• [Exercise prompt]: Only the lines from the one containing "# Ø3.0mm Dowel Hole1" through the one containing "A parametric FreeCAD" should be printed, exactly as they appear below, with both ends included.

Items from a data source
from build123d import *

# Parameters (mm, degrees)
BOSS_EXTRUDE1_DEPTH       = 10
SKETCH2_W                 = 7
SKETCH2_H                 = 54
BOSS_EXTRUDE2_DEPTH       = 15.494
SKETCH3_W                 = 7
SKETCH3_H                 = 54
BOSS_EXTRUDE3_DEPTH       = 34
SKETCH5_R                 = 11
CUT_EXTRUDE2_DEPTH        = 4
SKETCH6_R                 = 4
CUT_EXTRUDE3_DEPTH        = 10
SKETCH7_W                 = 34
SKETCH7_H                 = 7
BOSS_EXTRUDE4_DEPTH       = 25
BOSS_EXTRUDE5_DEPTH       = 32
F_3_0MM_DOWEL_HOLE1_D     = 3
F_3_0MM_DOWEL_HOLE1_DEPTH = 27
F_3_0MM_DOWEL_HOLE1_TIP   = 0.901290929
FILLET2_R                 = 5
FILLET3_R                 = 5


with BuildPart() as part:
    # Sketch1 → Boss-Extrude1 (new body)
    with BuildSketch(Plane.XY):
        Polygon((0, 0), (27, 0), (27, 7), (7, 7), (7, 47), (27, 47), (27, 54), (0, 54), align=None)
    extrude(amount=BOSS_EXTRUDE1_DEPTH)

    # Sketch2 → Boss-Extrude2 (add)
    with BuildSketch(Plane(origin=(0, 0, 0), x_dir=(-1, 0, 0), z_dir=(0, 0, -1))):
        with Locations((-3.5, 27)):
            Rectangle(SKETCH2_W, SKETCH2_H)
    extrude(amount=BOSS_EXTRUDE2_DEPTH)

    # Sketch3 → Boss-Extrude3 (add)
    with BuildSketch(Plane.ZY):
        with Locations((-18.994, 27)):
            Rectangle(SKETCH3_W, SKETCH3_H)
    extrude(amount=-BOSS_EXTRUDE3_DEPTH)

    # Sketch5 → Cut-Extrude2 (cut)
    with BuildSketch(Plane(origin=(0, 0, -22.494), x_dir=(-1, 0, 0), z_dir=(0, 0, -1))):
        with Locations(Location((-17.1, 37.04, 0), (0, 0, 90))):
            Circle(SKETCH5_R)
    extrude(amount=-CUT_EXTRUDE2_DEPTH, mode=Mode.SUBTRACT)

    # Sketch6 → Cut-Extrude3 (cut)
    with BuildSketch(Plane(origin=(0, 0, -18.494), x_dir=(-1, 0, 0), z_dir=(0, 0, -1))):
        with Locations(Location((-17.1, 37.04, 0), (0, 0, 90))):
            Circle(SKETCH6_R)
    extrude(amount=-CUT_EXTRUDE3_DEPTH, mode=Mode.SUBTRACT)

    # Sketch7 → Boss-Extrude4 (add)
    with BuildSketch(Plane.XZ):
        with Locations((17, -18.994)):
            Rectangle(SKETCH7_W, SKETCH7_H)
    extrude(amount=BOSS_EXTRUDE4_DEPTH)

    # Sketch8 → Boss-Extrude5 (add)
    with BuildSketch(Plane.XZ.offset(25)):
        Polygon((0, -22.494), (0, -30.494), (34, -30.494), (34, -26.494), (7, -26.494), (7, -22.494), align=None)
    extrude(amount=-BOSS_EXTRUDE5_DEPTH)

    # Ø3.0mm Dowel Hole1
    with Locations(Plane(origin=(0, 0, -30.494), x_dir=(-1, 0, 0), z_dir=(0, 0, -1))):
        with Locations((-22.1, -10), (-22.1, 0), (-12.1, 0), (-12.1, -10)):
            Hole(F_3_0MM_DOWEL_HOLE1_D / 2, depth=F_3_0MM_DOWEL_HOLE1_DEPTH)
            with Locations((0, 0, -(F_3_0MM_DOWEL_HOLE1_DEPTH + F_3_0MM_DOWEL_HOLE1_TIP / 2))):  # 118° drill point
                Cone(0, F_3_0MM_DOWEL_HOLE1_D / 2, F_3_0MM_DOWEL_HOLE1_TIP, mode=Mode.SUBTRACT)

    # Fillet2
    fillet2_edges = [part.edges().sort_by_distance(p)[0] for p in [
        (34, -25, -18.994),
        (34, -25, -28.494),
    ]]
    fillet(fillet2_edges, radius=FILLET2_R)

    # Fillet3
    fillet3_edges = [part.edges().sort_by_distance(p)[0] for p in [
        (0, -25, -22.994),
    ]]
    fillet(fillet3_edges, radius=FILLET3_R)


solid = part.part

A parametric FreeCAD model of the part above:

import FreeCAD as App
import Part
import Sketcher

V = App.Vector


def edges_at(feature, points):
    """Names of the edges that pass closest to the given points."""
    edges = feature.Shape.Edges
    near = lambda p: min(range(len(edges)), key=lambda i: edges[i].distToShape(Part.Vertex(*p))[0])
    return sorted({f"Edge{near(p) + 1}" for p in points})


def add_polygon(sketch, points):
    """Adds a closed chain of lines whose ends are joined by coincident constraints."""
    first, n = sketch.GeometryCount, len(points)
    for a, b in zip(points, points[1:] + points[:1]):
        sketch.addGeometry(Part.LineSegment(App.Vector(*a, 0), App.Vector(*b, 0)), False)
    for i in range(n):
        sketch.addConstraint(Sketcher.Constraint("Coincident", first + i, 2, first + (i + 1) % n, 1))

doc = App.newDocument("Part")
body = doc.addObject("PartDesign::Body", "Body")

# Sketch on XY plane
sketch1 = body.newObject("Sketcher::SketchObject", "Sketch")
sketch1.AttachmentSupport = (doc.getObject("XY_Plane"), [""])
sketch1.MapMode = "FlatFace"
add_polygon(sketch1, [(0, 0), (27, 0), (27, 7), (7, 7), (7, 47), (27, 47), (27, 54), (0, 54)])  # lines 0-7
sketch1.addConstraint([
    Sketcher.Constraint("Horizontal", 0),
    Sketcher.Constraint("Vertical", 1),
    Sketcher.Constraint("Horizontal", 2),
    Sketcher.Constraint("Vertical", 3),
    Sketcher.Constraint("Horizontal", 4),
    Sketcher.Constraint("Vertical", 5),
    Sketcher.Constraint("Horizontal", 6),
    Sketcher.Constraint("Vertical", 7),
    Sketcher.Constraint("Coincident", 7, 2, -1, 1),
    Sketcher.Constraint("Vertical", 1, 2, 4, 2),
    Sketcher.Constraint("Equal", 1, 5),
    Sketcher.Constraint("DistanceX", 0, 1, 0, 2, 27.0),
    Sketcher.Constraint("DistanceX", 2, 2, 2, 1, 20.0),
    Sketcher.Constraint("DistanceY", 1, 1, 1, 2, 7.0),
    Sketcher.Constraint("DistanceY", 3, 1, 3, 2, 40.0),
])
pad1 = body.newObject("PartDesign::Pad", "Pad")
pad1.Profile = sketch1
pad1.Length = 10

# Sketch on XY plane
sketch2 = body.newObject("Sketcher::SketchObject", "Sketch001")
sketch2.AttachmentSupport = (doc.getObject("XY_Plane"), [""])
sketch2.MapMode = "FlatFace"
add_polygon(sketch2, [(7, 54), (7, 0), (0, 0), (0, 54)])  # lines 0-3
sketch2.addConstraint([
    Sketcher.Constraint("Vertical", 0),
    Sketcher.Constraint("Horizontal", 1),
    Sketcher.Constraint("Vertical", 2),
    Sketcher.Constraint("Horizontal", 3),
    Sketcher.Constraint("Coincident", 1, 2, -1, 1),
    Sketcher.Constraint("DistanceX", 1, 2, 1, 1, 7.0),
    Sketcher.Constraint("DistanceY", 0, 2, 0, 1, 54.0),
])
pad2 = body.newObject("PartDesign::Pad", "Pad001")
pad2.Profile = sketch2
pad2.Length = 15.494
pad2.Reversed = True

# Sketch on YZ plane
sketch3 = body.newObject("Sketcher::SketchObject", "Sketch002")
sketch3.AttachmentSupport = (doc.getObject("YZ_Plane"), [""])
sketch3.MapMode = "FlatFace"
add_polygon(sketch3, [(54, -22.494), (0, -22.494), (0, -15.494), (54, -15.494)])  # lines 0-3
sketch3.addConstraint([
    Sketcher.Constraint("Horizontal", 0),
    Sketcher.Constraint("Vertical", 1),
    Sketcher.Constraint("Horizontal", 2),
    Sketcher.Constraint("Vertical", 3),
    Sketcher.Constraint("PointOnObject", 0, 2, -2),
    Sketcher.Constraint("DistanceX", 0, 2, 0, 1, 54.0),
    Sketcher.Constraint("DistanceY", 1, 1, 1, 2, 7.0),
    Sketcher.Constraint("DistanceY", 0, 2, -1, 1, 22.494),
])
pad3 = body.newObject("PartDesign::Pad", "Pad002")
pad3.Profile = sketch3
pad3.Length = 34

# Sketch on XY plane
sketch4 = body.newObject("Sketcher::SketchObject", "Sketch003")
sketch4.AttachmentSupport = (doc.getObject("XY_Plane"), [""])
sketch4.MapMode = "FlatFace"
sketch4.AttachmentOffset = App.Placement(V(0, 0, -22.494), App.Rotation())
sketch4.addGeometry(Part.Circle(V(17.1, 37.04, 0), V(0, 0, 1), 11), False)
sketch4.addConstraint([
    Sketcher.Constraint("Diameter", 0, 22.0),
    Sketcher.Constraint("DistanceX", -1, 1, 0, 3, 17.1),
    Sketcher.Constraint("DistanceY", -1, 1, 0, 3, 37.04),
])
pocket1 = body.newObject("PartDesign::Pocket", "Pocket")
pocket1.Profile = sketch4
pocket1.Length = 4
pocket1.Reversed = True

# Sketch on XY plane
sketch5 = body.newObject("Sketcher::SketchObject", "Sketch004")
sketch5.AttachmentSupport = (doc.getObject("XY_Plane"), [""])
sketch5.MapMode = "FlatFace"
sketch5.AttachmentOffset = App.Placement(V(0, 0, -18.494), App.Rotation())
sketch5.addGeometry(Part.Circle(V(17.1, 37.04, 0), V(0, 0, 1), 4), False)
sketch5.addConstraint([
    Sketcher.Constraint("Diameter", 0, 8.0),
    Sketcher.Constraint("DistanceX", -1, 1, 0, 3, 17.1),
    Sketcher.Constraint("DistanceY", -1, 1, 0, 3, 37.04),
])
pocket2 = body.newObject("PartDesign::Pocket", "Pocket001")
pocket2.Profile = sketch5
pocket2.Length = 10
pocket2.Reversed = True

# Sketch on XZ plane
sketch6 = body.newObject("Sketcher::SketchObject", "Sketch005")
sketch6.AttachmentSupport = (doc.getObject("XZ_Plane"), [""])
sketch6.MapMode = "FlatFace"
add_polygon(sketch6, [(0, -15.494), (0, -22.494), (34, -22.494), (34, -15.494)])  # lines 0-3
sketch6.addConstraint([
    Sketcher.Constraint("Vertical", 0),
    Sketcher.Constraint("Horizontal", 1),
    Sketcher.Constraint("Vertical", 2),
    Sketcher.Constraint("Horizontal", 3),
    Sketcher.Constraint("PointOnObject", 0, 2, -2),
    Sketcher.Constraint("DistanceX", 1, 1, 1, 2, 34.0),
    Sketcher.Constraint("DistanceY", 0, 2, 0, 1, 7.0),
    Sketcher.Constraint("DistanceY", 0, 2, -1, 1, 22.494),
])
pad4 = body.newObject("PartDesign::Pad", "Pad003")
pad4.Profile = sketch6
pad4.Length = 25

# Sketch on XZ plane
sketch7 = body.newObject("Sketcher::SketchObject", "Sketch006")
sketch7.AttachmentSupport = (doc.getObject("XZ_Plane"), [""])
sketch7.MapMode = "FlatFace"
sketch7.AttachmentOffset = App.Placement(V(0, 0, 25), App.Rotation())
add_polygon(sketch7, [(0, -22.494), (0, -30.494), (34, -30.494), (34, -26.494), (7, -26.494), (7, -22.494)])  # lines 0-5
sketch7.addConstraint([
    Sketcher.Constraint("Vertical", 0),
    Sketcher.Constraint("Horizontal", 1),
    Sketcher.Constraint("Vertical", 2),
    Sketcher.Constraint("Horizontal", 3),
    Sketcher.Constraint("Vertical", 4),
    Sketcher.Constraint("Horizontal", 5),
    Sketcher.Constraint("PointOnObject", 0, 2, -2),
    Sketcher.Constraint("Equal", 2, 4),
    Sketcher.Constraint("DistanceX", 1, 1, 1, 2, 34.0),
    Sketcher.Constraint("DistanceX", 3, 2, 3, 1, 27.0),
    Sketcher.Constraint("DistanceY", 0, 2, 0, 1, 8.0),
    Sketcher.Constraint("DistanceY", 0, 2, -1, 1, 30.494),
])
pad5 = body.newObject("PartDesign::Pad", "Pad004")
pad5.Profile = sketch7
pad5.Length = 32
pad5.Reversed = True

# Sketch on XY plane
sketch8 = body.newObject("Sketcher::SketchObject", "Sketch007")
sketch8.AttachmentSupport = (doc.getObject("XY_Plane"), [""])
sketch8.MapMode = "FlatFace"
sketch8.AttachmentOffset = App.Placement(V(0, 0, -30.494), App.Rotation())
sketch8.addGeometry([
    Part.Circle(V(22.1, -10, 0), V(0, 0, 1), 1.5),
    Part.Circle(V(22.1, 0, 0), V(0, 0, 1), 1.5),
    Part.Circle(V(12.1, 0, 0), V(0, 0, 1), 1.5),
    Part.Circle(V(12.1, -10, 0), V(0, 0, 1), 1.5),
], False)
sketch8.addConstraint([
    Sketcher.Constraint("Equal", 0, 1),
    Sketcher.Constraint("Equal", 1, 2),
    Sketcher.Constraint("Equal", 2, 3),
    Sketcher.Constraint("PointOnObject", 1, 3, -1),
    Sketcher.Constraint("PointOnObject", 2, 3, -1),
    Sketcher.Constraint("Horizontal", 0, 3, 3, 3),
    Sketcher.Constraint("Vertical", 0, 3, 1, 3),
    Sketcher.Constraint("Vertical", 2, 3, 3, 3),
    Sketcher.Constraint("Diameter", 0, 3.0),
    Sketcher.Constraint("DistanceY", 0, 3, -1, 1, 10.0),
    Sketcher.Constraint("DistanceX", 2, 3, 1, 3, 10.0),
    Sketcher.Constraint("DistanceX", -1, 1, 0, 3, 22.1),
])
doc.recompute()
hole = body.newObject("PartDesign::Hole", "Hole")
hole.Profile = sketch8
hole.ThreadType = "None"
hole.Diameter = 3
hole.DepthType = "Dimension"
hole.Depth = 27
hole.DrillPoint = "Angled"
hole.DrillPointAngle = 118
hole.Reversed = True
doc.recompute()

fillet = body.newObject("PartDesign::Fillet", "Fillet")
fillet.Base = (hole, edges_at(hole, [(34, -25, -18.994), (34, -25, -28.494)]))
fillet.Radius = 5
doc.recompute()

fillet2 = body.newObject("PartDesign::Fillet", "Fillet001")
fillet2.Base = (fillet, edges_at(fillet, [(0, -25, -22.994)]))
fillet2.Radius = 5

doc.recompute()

---

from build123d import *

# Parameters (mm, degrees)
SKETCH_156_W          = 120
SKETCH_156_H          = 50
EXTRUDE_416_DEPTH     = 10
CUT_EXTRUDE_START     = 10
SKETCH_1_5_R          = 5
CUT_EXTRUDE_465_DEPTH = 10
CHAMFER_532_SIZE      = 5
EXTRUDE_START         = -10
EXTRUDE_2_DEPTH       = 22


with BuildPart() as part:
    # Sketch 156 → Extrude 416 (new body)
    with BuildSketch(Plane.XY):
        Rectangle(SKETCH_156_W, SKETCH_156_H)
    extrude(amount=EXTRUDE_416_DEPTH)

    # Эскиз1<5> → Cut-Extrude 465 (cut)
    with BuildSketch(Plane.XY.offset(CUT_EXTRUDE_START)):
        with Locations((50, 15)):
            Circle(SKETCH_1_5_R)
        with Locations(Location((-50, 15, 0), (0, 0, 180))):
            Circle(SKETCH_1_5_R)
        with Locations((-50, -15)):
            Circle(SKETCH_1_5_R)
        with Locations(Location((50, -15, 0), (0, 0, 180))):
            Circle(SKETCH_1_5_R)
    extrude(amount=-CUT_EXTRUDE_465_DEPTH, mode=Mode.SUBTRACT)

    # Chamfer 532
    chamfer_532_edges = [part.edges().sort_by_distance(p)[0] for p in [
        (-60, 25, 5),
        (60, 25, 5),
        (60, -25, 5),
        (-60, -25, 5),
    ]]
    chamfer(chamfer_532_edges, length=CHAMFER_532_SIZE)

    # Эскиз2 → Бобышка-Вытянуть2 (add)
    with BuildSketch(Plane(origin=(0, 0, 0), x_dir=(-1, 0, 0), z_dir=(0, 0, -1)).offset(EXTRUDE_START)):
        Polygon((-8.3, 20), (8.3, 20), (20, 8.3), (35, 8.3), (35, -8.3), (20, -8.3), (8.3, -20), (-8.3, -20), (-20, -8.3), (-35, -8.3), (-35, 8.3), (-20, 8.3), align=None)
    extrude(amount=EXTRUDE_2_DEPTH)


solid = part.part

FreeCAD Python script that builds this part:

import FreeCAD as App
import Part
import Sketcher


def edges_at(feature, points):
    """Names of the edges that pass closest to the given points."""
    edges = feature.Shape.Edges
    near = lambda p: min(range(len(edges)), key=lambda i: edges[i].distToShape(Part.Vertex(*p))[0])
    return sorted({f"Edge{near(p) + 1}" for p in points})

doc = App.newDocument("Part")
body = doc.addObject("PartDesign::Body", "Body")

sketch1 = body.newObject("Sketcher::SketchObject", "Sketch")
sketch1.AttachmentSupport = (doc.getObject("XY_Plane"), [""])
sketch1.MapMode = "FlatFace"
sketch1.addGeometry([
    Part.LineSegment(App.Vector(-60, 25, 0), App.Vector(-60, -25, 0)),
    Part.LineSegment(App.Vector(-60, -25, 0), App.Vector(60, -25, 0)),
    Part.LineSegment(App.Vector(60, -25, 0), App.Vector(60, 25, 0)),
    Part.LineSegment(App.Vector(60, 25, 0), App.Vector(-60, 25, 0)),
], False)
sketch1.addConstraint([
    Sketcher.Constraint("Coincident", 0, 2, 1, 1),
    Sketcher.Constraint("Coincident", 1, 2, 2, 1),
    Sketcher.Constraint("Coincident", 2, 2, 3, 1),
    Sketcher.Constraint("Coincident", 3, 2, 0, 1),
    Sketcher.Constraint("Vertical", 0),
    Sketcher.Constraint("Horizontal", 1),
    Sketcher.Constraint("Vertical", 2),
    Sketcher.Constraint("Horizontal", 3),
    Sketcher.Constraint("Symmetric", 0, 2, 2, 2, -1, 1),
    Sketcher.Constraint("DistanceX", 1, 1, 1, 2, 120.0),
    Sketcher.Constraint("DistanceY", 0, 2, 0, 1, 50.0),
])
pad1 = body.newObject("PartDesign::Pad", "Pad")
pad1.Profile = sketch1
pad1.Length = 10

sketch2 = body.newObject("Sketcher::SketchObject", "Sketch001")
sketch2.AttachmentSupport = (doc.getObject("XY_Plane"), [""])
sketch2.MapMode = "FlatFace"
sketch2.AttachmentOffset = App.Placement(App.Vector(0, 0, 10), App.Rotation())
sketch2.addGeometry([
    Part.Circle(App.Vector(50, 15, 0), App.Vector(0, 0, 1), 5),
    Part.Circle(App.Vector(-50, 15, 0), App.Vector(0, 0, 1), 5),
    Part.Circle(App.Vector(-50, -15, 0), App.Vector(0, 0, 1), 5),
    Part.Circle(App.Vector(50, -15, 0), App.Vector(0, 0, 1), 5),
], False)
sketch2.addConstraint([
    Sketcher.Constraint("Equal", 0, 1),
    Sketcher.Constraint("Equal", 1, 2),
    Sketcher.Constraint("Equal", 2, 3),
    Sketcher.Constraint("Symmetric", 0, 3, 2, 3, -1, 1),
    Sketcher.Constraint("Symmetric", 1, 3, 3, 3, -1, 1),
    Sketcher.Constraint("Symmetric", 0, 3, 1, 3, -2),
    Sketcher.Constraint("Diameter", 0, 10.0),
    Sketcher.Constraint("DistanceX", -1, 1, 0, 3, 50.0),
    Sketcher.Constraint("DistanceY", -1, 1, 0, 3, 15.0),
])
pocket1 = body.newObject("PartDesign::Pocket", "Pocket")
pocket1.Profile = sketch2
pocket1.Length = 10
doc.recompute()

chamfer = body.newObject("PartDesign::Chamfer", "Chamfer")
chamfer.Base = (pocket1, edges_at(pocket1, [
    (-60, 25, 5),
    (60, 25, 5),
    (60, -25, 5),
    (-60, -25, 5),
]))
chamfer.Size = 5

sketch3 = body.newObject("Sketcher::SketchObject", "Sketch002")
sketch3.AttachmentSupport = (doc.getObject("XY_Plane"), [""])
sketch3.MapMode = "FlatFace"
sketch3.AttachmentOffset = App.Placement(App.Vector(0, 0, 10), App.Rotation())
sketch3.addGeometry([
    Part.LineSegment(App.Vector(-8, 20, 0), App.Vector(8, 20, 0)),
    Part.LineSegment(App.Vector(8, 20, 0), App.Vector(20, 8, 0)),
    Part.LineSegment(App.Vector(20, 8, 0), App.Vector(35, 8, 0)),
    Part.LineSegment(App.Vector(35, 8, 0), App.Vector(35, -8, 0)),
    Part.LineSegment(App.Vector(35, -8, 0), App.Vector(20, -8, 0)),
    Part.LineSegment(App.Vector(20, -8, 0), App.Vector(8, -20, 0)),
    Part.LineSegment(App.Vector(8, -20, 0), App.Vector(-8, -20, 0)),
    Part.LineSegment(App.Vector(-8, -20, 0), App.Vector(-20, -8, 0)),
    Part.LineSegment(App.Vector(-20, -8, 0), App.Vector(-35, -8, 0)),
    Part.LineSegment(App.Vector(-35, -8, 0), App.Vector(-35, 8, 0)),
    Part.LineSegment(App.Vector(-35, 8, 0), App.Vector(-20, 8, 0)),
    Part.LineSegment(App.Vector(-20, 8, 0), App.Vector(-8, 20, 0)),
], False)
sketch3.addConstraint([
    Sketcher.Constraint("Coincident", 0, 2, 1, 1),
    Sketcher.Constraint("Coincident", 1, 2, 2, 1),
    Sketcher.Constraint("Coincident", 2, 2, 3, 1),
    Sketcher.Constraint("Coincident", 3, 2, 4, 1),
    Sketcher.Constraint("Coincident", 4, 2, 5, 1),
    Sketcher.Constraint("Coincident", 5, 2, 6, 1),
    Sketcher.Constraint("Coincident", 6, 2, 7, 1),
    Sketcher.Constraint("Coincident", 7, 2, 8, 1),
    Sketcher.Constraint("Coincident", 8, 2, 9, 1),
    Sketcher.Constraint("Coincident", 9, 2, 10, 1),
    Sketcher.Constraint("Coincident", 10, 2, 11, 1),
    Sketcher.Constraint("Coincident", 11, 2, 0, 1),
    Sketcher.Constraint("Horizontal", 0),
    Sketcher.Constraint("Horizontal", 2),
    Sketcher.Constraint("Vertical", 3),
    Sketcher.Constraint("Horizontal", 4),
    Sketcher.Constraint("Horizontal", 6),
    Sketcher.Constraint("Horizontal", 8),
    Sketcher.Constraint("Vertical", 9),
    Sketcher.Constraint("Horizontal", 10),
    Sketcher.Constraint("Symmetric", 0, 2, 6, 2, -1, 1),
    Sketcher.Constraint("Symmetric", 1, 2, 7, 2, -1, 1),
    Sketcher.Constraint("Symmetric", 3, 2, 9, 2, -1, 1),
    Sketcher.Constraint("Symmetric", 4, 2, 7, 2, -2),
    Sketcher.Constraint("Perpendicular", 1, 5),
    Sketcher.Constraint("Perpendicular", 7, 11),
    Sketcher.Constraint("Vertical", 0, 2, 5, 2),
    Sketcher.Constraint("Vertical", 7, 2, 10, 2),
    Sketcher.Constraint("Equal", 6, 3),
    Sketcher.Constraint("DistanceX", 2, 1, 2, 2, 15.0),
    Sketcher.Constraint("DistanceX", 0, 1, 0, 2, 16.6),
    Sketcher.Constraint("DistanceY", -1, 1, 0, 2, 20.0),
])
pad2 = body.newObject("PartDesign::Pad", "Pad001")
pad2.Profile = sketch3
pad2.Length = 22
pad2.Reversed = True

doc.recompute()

• [Answer for the task]:
    # Ø3.0mm Dowel Hole1
    with Locations(Plane(origin=(0, 0, -30.494), x_dir=(-1, 0, 0), z_dir=(0, 0, -1))):
        with Locations((-22.1, -10), (-22.1, 0), (-12.1, 0), (-12.1, -10)):
            Hole(F_3_0MM_DOWEL_HOLE1_D / 2, depth=F_3_0MM_DOWEL_HOLE1_DEPTH)
            with Locations((0, 0, -(F_3_0MM_DOWEL_HOLE1_DEPTH + F_3_0MM_DOWEL_HOLE1_TIP / 2))):  # 118° drill point
                Cone(0, F_3_0MM_DOWEL_HOLE1_D / 2, F_3_0MM_DOWEL_HOLE1_TIP, mode=Mode.SUBTRACT)

    # Fillet2
    fillet2_edges = [part.edges().sort_by_distance(p)[0] for p in [
        (34, -25, -18.994),
        (34, -25, -28.494),
    ]]
    fillet(fillet2_edges, radius=FILLET2_R)

    # Fillet3
    fillet3_edges = [part.edges().sort_by_distance(p)[0] for p in [
        (0, -25, -22.994),
    ]]
    fillet(fillet3_edges, radius=FILLET3_R)


solid = part.part

A parametric FreeCAD model of the part above:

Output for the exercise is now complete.